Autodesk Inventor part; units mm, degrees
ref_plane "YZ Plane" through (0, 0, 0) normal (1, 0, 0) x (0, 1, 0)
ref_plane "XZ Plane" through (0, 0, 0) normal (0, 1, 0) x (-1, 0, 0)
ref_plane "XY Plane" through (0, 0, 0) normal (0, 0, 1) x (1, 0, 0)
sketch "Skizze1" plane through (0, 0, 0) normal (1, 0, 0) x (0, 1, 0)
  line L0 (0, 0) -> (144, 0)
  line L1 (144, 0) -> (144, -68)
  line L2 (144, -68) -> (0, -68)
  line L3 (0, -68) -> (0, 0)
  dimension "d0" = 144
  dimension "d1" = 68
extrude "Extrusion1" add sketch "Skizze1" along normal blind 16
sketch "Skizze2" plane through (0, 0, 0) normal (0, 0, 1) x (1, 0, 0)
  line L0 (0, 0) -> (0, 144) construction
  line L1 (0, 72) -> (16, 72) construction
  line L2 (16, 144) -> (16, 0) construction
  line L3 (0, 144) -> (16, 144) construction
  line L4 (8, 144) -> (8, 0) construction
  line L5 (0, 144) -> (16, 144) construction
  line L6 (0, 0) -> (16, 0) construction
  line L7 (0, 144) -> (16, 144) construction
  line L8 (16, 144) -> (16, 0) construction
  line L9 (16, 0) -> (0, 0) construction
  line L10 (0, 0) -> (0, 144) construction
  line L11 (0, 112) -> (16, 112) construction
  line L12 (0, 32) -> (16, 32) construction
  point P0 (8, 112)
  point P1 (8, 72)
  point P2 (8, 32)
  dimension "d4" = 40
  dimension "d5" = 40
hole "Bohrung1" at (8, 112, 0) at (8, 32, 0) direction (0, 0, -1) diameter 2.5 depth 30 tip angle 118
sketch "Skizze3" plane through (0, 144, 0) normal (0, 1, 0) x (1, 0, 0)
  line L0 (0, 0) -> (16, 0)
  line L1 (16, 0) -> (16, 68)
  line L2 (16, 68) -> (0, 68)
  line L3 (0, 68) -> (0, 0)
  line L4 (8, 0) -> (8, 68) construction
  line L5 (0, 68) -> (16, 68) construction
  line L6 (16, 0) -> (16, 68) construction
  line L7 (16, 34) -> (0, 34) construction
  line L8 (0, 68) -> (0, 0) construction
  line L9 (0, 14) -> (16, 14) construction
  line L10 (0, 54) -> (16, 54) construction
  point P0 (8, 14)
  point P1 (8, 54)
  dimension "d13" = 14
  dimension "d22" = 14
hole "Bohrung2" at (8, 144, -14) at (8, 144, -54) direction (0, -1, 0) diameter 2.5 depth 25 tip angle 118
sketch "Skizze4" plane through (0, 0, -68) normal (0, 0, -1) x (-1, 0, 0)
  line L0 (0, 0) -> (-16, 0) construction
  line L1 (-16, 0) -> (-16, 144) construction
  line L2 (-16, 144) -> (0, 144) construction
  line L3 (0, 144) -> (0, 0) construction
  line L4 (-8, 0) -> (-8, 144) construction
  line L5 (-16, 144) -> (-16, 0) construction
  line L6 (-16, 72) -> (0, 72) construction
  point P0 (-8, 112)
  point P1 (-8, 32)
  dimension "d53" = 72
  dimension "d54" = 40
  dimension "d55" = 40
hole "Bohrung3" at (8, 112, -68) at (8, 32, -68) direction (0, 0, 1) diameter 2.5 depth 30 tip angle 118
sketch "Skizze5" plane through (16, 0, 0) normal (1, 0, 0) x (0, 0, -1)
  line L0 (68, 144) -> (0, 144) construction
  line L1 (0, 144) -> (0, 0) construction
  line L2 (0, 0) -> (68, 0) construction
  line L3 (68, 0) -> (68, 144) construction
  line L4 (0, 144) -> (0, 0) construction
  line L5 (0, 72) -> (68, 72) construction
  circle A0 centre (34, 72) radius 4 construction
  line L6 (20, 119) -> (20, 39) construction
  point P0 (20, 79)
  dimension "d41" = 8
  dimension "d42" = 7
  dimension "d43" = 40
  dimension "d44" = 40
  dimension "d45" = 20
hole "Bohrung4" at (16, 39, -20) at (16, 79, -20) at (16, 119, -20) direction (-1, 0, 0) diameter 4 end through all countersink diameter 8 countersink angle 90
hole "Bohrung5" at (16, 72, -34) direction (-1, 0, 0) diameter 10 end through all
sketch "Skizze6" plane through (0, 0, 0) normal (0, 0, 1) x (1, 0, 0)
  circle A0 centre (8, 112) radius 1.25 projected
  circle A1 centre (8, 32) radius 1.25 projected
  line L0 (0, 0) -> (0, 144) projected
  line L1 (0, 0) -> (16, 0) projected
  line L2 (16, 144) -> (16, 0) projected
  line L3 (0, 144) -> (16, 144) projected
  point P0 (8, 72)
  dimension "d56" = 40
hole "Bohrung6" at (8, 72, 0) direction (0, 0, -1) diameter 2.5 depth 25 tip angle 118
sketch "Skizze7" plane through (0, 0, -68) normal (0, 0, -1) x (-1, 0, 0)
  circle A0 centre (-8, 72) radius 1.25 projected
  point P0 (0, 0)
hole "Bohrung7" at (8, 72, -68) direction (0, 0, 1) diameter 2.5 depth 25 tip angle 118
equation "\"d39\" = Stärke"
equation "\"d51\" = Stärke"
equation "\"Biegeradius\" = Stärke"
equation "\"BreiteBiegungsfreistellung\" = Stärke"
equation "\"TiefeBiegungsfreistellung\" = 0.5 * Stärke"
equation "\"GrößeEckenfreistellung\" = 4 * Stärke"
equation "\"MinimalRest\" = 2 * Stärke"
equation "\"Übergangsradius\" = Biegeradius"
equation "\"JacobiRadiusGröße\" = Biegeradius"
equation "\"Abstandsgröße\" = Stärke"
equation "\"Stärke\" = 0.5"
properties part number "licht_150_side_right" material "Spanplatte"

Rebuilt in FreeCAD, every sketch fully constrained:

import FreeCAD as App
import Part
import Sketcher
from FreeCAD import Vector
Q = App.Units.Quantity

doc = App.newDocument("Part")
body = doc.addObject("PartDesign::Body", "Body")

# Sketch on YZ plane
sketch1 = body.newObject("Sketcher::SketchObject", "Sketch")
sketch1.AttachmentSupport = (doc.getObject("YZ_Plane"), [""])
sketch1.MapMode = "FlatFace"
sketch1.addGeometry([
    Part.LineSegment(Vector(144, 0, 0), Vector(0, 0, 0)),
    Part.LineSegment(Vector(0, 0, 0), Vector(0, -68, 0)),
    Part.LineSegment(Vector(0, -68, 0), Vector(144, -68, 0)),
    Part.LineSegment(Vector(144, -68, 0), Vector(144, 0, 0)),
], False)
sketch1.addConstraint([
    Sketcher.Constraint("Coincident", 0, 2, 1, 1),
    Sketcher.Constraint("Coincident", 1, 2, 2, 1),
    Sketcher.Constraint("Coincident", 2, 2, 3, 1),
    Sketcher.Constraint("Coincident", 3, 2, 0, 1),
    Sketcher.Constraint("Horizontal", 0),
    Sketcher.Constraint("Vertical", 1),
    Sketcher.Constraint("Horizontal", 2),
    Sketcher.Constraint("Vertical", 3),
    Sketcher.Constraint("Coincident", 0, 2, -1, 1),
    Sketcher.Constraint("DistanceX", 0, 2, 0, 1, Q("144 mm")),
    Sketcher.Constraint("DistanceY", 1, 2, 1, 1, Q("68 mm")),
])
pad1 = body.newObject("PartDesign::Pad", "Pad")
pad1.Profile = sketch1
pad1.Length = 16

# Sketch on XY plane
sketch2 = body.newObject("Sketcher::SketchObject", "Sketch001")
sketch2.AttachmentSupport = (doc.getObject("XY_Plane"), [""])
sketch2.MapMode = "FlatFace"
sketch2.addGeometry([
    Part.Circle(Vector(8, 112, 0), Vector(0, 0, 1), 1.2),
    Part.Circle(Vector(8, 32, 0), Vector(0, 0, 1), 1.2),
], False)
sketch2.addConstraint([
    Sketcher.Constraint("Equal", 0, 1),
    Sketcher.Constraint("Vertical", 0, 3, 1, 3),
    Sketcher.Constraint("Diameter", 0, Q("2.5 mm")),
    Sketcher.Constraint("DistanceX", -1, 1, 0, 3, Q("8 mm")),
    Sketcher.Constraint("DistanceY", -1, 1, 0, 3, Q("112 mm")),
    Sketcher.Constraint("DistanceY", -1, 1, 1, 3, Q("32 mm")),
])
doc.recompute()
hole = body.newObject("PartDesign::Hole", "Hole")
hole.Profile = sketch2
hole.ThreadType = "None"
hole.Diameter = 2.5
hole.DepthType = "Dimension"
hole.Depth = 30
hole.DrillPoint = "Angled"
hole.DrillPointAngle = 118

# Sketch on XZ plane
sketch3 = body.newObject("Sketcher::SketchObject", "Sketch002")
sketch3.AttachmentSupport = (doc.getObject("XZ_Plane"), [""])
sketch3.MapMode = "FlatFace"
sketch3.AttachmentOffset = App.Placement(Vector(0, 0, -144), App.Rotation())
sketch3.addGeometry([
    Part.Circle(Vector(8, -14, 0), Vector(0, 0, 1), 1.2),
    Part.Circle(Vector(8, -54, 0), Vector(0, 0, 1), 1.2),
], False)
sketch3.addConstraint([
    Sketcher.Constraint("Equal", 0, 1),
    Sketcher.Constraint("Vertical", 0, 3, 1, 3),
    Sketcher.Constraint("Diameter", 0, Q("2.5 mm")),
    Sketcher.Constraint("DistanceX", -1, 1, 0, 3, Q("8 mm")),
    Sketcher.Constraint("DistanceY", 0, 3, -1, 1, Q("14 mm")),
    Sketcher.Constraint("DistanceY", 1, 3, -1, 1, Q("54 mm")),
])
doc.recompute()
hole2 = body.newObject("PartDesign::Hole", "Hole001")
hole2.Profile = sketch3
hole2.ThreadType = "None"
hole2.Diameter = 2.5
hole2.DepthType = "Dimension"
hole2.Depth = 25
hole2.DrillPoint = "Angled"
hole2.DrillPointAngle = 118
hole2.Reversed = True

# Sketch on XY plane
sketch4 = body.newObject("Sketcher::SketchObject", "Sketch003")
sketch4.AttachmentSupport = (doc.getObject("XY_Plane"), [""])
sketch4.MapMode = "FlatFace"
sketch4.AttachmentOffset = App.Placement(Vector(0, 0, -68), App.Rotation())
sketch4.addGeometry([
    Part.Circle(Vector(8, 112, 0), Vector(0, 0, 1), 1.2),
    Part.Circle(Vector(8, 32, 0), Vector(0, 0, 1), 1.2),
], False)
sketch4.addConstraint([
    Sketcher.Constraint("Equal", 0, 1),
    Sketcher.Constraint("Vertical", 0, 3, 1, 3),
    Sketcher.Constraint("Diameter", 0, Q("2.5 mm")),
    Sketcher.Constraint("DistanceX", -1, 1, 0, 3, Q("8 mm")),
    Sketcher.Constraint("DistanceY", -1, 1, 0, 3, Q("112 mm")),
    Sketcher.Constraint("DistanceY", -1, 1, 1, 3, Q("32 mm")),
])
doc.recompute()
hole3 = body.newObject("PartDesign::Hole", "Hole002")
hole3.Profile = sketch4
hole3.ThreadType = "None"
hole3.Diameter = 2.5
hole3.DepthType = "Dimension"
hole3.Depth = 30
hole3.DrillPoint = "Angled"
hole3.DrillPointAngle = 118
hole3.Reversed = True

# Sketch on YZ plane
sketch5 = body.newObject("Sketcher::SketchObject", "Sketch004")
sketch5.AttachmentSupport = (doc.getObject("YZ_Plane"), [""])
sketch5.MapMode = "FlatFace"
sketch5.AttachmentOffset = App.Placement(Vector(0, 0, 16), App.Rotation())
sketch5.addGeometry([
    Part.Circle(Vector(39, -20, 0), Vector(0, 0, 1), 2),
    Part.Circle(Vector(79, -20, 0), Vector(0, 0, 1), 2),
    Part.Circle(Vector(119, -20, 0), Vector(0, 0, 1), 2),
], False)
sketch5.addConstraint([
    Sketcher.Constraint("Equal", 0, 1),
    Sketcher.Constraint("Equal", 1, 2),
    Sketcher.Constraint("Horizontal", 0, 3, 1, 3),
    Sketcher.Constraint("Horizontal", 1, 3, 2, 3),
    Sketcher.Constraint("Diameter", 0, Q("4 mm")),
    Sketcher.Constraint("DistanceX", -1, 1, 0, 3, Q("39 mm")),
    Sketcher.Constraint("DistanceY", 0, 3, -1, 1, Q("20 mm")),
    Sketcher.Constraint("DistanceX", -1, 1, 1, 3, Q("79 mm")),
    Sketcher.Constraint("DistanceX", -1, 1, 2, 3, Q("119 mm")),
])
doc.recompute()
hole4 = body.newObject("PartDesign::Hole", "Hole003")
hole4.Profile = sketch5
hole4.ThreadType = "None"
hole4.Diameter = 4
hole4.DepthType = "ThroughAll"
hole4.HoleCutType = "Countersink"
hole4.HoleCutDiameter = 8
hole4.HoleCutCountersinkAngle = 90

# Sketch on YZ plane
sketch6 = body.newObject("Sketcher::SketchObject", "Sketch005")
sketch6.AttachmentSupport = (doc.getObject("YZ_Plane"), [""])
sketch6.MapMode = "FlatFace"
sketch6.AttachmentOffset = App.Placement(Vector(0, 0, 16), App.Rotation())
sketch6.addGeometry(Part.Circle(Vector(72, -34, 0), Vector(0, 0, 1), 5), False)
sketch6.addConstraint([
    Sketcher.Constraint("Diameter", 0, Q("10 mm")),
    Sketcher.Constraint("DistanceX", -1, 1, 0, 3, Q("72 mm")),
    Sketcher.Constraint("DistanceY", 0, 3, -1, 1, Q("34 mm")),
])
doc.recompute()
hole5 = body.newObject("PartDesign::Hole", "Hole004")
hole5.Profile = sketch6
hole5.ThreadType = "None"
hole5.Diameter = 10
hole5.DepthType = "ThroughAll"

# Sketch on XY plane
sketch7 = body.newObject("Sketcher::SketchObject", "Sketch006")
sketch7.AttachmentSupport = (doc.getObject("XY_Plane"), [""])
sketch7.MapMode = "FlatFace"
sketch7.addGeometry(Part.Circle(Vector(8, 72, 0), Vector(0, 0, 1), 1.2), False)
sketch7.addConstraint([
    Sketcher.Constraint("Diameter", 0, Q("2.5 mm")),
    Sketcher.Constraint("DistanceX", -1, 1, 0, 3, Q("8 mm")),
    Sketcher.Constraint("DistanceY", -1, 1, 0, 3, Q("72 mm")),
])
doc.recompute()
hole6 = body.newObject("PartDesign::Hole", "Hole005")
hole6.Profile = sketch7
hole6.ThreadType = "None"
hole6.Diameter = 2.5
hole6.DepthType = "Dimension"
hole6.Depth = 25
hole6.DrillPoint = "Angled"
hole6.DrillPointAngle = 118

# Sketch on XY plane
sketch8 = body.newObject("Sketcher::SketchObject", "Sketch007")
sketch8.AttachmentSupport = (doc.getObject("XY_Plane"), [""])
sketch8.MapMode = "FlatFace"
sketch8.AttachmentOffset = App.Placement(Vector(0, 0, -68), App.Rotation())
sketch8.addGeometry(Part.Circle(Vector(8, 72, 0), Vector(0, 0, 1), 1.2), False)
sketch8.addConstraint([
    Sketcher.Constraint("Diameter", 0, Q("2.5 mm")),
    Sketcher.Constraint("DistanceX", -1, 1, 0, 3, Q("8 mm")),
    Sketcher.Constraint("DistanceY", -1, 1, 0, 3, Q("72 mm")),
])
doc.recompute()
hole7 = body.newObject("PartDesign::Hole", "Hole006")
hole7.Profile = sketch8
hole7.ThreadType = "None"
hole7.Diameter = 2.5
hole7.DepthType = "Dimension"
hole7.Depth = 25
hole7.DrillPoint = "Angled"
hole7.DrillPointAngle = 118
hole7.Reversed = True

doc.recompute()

---

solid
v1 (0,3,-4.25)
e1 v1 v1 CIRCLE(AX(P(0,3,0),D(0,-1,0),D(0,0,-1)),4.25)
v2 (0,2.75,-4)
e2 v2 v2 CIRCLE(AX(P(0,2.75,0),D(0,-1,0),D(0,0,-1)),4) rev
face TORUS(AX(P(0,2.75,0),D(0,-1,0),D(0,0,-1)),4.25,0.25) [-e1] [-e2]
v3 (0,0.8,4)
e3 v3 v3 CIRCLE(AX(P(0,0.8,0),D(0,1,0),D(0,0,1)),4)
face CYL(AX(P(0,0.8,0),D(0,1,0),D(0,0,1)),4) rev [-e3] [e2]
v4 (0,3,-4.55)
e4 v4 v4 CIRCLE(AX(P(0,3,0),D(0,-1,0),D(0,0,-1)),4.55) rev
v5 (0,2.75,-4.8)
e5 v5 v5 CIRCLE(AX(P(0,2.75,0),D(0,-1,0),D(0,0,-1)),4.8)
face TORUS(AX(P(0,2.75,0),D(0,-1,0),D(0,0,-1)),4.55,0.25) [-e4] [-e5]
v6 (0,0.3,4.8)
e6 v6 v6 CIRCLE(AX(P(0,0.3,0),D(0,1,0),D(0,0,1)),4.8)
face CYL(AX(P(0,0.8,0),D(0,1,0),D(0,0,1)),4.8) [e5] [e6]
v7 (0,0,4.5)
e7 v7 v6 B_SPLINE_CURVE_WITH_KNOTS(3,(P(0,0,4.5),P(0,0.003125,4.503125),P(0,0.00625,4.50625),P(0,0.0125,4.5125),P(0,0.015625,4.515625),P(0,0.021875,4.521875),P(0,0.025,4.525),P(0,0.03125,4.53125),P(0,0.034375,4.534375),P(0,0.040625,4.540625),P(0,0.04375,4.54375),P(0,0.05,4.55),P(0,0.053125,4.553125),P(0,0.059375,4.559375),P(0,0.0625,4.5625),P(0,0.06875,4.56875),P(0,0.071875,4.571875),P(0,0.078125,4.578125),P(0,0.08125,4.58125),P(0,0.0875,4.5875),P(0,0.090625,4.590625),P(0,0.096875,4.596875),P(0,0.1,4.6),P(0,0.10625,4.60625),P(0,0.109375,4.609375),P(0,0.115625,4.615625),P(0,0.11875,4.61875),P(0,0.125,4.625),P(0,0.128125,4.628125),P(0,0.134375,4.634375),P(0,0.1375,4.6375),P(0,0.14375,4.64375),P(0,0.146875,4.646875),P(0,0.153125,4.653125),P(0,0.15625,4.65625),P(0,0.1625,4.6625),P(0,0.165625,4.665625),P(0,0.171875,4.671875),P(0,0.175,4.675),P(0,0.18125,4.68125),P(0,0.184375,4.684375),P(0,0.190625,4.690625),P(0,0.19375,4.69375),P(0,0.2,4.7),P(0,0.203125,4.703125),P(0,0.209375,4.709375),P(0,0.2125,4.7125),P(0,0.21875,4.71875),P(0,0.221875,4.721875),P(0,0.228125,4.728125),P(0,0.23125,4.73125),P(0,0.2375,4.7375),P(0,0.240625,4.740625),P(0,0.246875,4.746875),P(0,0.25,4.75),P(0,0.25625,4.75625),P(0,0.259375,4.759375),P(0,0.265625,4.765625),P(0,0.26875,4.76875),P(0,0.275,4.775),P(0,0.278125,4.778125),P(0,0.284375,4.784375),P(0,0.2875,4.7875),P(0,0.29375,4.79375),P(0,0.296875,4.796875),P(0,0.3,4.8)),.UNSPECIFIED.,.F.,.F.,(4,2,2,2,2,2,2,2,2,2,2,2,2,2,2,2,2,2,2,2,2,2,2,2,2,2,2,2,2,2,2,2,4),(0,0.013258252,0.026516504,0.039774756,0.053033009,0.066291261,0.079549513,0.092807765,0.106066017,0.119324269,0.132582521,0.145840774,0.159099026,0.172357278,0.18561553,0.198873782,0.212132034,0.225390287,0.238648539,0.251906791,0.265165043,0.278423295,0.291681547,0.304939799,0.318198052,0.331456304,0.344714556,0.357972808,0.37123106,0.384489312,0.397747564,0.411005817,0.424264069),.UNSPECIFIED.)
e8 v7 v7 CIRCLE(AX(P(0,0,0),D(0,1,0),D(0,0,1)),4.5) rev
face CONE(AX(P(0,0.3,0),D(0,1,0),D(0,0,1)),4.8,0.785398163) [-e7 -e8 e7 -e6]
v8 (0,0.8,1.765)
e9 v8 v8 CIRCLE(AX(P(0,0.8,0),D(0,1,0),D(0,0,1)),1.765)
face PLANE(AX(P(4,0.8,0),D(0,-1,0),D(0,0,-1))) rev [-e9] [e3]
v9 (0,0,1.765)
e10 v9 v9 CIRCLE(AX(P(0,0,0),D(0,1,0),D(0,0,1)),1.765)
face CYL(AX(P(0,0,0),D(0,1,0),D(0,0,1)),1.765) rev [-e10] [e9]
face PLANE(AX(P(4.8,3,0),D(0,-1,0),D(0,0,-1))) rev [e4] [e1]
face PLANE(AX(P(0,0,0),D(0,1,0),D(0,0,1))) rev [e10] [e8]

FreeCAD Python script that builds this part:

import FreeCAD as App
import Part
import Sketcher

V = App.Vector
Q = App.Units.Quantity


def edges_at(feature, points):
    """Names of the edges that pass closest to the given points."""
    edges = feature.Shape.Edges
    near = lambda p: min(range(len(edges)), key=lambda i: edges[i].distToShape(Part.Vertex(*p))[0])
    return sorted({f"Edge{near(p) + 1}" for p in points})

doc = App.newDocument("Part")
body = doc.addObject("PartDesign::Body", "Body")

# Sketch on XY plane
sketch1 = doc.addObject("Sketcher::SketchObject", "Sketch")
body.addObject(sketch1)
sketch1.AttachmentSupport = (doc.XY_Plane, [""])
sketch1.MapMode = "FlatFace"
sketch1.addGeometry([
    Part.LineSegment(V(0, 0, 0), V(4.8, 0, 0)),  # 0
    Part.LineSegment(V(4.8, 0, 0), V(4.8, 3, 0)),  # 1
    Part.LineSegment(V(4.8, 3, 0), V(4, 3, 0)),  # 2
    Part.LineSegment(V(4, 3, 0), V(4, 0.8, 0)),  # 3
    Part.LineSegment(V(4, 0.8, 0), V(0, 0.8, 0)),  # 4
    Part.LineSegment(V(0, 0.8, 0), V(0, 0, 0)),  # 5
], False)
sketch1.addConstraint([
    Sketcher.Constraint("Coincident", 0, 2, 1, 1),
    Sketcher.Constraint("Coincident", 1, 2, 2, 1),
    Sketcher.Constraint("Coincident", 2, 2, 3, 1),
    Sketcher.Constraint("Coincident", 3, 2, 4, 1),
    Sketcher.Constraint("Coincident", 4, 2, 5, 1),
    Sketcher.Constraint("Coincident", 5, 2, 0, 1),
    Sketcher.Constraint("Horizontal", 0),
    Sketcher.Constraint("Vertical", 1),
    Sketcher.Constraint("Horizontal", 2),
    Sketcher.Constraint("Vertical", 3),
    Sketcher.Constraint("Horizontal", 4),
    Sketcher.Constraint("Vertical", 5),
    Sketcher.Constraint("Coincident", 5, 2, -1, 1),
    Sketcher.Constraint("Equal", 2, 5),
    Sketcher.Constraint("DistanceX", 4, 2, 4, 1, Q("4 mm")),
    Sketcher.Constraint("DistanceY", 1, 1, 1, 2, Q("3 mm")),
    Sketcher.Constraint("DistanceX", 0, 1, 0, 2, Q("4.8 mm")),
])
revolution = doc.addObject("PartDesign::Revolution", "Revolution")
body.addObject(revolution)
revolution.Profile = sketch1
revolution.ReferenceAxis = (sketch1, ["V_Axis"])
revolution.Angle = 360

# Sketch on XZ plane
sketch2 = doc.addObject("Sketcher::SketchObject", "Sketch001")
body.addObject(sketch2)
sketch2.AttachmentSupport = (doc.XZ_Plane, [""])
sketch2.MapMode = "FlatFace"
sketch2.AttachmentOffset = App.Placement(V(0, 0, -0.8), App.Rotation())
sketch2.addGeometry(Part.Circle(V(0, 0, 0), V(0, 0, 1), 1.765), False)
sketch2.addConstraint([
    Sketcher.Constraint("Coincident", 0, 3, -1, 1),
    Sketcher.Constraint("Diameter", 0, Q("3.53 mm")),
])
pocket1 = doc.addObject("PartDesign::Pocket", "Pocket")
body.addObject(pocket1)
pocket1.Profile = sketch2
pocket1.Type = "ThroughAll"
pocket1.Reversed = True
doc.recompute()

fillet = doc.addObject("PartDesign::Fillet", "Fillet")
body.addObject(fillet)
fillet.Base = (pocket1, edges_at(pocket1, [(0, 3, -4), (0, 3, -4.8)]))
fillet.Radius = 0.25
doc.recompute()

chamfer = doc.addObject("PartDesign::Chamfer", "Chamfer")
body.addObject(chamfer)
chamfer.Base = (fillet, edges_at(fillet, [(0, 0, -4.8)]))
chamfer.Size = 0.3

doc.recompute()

Work to be completed: The expected output is each line of the records above that includes the word "TORUS".

Result of the exercise:
face TORUS(AX(P(0,2.75,0),D(0,-1,0),D(0,0,-1)),4.25,0.25) [-e1] [-e2]
face TORUS(AX(P(0,2.75,0),D(0,-1,0),D(0,0,-1)),4.55,0.25) [-e4] [-e5]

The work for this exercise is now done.